Statistical inference of the eigenspace components of a two-dimensional, symmetric rank-two random tensor

Abstract

The eigenspace components (i.e. principal components and principal directions) play a key role in the validation of a symmetric rank-two random tensor, e.g. for strain and stress. They classify deformation and stress patterns in earthquake regions, plate tectonics and glacial isostatic adjustment (postglacial rebound). It is assumed that the strain or stress tensor has been directly observed or indirectly determined by other measurements. According to the Measurement Axiom, such a symmetric rank-two tensor is considered random.

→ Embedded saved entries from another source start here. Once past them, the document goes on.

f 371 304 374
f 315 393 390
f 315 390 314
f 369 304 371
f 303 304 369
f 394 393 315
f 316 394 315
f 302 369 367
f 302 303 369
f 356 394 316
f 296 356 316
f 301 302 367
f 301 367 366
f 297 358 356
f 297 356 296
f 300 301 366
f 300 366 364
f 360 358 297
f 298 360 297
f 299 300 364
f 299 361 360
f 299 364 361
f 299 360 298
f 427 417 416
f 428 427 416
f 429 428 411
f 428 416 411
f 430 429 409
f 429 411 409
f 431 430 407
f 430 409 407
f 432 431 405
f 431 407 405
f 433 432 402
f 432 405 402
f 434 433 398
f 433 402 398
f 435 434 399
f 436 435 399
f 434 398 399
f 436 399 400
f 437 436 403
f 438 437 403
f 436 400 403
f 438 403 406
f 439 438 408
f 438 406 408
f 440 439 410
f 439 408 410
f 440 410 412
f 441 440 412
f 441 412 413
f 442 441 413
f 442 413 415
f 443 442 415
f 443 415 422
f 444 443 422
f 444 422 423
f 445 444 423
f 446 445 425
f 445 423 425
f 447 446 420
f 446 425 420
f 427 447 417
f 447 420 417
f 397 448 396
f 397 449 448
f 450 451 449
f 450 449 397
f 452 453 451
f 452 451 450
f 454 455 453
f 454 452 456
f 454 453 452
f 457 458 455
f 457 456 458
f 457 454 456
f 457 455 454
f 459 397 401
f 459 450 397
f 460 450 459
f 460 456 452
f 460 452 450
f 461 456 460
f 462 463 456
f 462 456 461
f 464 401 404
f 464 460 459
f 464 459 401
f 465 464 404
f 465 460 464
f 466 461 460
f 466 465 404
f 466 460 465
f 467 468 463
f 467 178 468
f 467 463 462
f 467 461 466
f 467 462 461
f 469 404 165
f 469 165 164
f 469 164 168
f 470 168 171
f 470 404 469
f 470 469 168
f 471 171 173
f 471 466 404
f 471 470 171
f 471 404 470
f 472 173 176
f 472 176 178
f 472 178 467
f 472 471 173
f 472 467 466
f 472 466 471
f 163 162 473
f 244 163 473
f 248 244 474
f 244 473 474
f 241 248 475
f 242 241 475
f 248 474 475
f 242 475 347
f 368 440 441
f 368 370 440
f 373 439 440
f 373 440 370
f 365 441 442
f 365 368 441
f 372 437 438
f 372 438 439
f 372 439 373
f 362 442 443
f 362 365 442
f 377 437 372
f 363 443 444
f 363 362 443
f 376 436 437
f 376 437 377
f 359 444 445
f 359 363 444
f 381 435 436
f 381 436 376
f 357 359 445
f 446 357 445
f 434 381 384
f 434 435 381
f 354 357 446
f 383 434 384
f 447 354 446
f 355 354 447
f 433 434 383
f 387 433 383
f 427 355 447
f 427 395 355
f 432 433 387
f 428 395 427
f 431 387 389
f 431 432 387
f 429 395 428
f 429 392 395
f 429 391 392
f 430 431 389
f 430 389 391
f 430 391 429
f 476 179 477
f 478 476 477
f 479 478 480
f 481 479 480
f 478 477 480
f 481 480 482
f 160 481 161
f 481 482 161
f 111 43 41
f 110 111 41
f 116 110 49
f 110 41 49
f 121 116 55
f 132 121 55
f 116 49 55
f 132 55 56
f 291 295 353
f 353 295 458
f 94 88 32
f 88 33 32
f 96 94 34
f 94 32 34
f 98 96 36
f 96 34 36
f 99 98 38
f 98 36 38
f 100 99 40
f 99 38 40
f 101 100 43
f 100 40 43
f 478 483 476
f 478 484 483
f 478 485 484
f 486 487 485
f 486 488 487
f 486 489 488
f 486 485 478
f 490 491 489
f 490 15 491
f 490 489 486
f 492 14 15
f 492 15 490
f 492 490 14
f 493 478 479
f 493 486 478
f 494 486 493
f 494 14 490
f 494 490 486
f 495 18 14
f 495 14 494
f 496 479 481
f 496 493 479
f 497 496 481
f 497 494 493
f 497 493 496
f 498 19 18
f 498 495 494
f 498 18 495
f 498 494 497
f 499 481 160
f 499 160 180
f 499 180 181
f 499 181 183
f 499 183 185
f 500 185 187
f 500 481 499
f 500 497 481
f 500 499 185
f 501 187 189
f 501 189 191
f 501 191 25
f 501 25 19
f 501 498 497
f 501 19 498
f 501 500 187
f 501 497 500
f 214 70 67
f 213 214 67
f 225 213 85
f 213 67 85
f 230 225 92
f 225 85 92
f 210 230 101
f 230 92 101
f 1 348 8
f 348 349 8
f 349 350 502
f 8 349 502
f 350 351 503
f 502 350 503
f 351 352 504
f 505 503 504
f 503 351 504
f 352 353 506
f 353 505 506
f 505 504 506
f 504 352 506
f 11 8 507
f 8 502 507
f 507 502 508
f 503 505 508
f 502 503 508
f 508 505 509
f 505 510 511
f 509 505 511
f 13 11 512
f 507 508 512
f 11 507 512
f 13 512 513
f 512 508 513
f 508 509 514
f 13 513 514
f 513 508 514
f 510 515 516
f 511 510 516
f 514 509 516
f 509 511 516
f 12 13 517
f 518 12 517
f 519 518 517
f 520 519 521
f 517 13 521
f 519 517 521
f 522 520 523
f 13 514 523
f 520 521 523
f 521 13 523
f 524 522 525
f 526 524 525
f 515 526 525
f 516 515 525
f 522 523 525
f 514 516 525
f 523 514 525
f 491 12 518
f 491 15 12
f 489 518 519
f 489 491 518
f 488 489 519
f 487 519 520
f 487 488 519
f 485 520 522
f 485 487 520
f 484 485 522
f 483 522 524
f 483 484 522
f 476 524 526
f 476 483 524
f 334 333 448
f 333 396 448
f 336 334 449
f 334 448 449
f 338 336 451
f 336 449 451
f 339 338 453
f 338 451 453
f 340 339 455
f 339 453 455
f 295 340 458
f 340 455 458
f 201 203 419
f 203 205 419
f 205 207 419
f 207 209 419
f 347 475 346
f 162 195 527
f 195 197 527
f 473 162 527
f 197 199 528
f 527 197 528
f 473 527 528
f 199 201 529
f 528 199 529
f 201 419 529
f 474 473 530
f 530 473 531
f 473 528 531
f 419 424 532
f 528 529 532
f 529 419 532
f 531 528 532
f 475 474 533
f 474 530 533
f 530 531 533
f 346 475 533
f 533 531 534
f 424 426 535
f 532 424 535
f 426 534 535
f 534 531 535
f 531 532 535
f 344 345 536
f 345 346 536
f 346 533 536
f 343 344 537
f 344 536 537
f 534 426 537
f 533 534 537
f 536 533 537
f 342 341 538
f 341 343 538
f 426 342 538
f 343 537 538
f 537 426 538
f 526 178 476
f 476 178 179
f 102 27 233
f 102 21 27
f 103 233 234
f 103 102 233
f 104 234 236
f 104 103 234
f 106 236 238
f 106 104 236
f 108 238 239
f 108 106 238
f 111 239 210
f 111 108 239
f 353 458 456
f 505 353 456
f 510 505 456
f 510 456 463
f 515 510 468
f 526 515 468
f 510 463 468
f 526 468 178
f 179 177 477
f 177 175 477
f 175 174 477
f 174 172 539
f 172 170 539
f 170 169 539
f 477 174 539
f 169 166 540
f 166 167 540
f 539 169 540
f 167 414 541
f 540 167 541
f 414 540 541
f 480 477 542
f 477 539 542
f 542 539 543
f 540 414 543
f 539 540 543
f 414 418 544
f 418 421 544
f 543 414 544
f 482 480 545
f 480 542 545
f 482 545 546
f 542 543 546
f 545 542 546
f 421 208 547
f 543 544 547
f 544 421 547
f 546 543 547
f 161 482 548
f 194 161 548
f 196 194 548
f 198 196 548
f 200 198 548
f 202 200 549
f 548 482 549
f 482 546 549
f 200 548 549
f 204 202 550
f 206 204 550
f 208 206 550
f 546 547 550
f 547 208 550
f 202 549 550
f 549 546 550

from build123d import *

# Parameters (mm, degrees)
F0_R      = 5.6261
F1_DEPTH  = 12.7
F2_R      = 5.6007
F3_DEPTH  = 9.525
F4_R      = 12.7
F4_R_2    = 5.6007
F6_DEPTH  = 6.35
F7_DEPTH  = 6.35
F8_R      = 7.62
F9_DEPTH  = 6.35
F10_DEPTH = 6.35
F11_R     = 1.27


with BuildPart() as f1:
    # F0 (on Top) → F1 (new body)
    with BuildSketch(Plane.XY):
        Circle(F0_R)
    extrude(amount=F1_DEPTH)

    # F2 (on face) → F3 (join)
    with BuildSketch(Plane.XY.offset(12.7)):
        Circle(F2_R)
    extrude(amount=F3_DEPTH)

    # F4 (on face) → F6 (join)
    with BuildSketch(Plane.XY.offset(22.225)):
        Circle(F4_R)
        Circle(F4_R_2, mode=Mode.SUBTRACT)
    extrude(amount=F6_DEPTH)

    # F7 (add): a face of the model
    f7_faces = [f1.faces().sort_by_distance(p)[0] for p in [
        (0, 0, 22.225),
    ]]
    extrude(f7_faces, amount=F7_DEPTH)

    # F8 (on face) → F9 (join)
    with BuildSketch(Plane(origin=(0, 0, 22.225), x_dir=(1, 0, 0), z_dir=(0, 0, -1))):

For its statistical inference, the random tensor is assumed to be tensor-valued Gauss–Laplace normally distributed. The eigenspace synthesis relates the eigenspace elements to the observations by means of a nonlinear vector-valued function, thus establishing a special nonlinear multivariate Gauss–Markov model. For its linearized form, the best linear uniformly unbiased estimation (BLUUE) of the eigenspace elements and the best invariant quadratic uniformly unbiased estimate (BIQUUE) of its variance–covariance matrix have been successfully constructed. The related linear hypothesis test has documented large confidence regions for both eigenvalues and eigendirections based upon real measurement configurations. They lead to a statement of caution when dealing with data concerning extension and contraction, as well as the orientation of principal stresses.